Nolan delves into the private life of the physicist. We see that early on the physicist and Jean Tatlock (Florence Pugh) were lovers. Jean, studying to be a psychiatrist, was a card-carrying member of the Communist Party. So was Oppenheimer’s brother Frank (Dylan Arnold). The woman that Robert eventually marries, Kitty (Emily Blunt), was also a member of the Communist Party for a while, and Oppenheimer was a supporter of the loyalists in the Spanish Civil War. Thus, even before Oppenheimer was chosen to head the scientific staff of the Los Alamos Project, the ever-suspicious FBI was watching the scientist and building a file on him.

Oppenheimer’s story is not told chronologically. Nolan juxtaposes several time frames, the major one at Los Alamos in color focusing upon the Los Alamos laboratory whose location Oppenheimer personally selected because of his love of New Mexico dating back many years, and a timeline in the Fifties after the war when Atomic Energy Commissioner Lewis Strauss (Robert Downey Jr.) was working hard to destroy Oppenheimer’s reputation by getting his security clearance revoked — and then, because of Oppenheimer’s success, failing to secure a Cabinet position in President Eisenhower’s administration because of that. Nolan switches back and forth from color to crisp black and white.

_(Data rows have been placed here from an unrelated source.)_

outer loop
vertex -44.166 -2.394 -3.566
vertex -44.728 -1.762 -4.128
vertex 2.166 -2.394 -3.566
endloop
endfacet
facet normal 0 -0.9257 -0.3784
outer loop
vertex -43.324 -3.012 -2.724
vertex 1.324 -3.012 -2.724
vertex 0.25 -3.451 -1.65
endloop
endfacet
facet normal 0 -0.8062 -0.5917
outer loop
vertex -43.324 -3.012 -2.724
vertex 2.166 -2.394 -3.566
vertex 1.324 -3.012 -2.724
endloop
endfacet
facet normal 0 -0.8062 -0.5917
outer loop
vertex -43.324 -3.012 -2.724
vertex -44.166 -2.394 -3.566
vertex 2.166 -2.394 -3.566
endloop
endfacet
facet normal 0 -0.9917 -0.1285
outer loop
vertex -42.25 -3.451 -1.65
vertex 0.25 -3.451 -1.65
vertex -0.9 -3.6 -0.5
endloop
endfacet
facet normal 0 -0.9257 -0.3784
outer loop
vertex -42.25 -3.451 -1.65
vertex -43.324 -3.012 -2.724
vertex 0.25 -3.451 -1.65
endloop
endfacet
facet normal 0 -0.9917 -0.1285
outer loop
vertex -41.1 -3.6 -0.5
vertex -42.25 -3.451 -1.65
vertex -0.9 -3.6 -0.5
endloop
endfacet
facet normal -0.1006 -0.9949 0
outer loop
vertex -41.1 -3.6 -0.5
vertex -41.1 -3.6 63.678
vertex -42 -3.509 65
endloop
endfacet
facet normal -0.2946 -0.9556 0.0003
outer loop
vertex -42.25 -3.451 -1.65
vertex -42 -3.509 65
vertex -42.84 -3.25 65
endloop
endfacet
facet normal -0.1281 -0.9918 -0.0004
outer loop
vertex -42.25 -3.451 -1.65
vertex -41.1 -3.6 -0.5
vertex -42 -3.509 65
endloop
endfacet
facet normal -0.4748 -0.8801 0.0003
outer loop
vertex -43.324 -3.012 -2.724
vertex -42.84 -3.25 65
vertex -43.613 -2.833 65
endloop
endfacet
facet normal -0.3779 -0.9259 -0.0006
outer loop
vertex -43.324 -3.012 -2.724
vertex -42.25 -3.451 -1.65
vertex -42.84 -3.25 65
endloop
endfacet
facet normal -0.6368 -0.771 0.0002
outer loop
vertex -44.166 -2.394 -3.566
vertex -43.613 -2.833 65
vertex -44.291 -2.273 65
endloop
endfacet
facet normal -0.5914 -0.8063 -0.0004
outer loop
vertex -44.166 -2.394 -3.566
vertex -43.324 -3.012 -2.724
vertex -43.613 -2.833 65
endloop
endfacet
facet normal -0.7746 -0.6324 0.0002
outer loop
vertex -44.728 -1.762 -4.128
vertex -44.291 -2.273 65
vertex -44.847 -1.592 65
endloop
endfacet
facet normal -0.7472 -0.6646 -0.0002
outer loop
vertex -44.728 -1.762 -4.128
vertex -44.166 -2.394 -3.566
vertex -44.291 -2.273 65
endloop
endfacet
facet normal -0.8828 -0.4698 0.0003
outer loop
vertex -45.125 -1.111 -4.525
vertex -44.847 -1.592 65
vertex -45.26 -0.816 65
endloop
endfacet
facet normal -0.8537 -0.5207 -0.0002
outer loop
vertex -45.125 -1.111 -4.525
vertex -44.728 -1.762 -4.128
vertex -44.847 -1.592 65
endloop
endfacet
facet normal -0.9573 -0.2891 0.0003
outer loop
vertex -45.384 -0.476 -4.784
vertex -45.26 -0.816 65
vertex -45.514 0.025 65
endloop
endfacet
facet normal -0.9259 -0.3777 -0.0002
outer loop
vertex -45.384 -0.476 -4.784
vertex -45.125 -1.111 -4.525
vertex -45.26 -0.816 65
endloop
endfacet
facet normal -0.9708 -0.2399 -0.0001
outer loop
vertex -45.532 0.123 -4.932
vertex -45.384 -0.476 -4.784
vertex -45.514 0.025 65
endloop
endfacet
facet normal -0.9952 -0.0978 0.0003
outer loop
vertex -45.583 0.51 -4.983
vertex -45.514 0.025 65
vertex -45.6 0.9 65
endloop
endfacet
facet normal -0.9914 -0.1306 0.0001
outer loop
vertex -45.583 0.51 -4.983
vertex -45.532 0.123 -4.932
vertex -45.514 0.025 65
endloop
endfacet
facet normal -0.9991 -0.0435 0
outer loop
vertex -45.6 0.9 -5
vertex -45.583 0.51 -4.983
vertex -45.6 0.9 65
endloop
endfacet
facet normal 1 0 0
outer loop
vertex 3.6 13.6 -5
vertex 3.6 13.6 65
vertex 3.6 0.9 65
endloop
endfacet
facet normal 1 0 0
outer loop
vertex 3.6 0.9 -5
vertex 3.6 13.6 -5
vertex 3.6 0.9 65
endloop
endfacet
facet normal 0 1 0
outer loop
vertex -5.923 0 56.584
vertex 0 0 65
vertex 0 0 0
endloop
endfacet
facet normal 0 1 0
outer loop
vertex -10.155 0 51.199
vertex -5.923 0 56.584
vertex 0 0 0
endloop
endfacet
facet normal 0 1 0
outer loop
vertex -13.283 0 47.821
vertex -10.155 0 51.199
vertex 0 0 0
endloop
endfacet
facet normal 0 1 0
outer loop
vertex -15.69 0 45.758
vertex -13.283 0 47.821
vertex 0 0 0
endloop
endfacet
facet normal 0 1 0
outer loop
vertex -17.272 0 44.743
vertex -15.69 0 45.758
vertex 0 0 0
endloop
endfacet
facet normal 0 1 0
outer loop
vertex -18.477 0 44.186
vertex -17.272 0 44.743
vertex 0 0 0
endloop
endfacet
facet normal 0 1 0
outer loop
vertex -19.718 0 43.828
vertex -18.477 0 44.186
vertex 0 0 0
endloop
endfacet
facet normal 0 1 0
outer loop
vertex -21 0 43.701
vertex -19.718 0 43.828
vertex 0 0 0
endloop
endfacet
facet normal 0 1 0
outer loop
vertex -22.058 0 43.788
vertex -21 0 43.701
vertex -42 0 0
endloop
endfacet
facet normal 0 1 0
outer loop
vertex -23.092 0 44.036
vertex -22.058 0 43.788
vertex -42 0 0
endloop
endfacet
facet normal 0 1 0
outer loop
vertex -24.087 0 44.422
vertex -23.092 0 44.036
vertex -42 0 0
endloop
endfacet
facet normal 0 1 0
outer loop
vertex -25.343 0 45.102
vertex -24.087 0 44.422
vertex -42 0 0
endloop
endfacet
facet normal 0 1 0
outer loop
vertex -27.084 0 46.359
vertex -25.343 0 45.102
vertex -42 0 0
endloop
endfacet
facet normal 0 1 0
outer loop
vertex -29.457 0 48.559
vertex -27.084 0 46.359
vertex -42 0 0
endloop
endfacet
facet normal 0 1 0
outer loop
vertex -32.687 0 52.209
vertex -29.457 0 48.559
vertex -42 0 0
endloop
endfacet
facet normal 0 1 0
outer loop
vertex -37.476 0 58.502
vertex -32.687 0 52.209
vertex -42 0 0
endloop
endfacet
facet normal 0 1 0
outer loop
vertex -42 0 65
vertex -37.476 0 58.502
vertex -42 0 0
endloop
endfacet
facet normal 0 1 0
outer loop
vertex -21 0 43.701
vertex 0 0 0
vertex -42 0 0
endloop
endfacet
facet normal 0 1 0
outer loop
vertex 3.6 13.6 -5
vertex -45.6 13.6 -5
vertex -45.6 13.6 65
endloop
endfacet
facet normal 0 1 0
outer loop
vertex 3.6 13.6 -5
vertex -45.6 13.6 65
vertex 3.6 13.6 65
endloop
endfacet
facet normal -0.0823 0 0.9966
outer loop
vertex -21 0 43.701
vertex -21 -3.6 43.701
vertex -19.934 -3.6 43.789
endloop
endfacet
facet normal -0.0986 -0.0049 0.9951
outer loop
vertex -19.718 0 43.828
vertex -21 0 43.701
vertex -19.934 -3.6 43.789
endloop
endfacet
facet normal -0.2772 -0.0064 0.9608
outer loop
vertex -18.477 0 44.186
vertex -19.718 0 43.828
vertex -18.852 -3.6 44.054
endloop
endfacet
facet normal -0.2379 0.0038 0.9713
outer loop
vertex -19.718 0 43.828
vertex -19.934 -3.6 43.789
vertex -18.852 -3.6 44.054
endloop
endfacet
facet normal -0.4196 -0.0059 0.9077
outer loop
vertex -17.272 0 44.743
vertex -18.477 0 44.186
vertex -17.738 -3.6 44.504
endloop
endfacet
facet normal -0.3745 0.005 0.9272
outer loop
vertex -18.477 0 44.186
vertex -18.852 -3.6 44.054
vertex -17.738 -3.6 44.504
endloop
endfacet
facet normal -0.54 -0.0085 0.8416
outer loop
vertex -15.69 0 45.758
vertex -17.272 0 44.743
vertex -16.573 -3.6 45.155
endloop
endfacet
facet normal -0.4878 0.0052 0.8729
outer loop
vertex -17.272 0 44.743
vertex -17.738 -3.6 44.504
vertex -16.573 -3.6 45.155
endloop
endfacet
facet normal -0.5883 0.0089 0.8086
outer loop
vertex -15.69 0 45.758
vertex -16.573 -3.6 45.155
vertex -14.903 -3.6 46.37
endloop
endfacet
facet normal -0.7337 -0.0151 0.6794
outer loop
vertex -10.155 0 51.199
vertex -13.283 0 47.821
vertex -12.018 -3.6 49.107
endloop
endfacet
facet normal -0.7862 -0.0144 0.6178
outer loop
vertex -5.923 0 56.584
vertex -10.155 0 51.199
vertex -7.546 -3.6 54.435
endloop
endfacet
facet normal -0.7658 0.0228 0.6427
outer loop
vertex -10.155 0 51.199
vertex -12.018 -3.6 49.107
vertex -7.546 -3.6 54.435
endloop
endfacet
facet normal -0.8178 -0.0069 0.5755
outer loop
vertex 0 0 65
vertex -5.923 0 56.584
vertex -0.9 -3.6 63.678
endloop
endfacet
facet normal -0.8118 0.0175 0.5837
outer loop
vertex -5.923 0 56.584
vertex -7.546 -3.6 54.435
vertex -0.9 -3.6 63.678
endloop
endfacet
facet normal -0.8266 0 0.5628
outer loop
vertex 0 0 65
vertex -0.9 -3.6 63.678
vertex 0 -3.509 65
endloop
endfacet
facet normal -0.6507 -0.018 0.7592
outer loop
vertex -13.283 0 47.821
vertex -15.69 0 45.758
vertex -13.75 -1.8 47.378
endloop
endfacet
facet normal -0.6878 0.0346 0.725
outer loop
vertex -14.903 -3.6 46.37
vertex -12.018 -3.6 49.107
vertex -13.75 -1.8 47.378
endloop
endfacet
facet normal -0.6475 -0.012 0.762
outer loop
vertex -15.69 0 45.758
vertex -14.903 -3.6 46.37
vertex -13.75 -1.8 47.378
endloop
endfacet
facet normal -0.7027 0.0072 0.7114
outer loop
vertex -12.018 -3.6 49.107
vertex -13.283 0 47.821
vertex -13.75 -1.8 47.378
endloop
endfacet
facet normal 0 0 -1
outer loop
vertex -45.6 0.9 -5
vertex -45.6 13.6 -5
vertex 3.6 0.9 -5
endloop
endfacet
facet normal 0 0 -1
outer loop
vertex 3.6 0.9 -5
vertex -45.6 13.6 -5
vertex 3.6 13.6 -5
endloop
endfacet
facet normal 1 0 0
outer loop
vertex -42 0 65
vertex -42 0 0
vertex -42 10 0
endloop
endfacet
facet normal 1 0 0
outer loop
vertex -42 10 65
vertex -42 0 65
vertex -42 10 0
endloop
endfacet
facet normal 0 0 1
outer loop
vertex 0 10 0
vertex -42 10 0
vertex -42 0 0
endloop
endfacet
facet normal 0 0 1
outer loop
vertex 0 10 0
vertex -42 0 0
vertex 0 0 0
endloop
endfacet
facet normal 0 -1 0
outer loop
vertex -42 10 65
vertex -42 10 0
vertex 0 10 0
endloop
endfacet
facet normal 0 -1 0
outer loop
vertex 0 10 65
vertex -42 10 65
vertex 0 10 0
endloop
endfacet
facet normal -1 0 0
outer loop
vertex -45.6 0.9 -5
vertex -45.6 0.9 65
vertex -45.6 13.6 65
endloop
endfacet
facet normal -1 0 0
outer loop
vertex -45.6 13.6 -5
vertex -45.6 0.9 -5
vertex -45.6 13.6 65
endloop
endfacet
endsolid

We also see Oppie, as his friends called him, back in the pre-war days as a student. He was so upset by the harsh treatment of a Cambridge professor that he decided to wreak vengeance by injecting cyanide poison into an apple and leaving it on the teacher’s desk. The next day visiting scientist Niels Bohr (Kenneth Branagh) picks up the apple and Oppenheimer barely manages to grab it and dispose of it before the physicist can bite into it. Oppenheimer finishes his PhD in Germany, where he meets quantum physics expert Werner Heisenberg (Matthias Schweighöfer) and accepts teaching positions at the University of California at Berkeley and the California Institute of Technology. This is where t meets Jean Tatlock, the two romancing and then parting (she would die by suicide a few years later). Attracted to Katherine “Kitty” Puening, he begins a romance even though she is married, and after she obtains a Reno divorce, they marry. When they move to the barren Los Alamos for the Manhattan Project, she increasingly turns to alcohol to get through her unexciting days, her husband consumed for long hours with managing the project.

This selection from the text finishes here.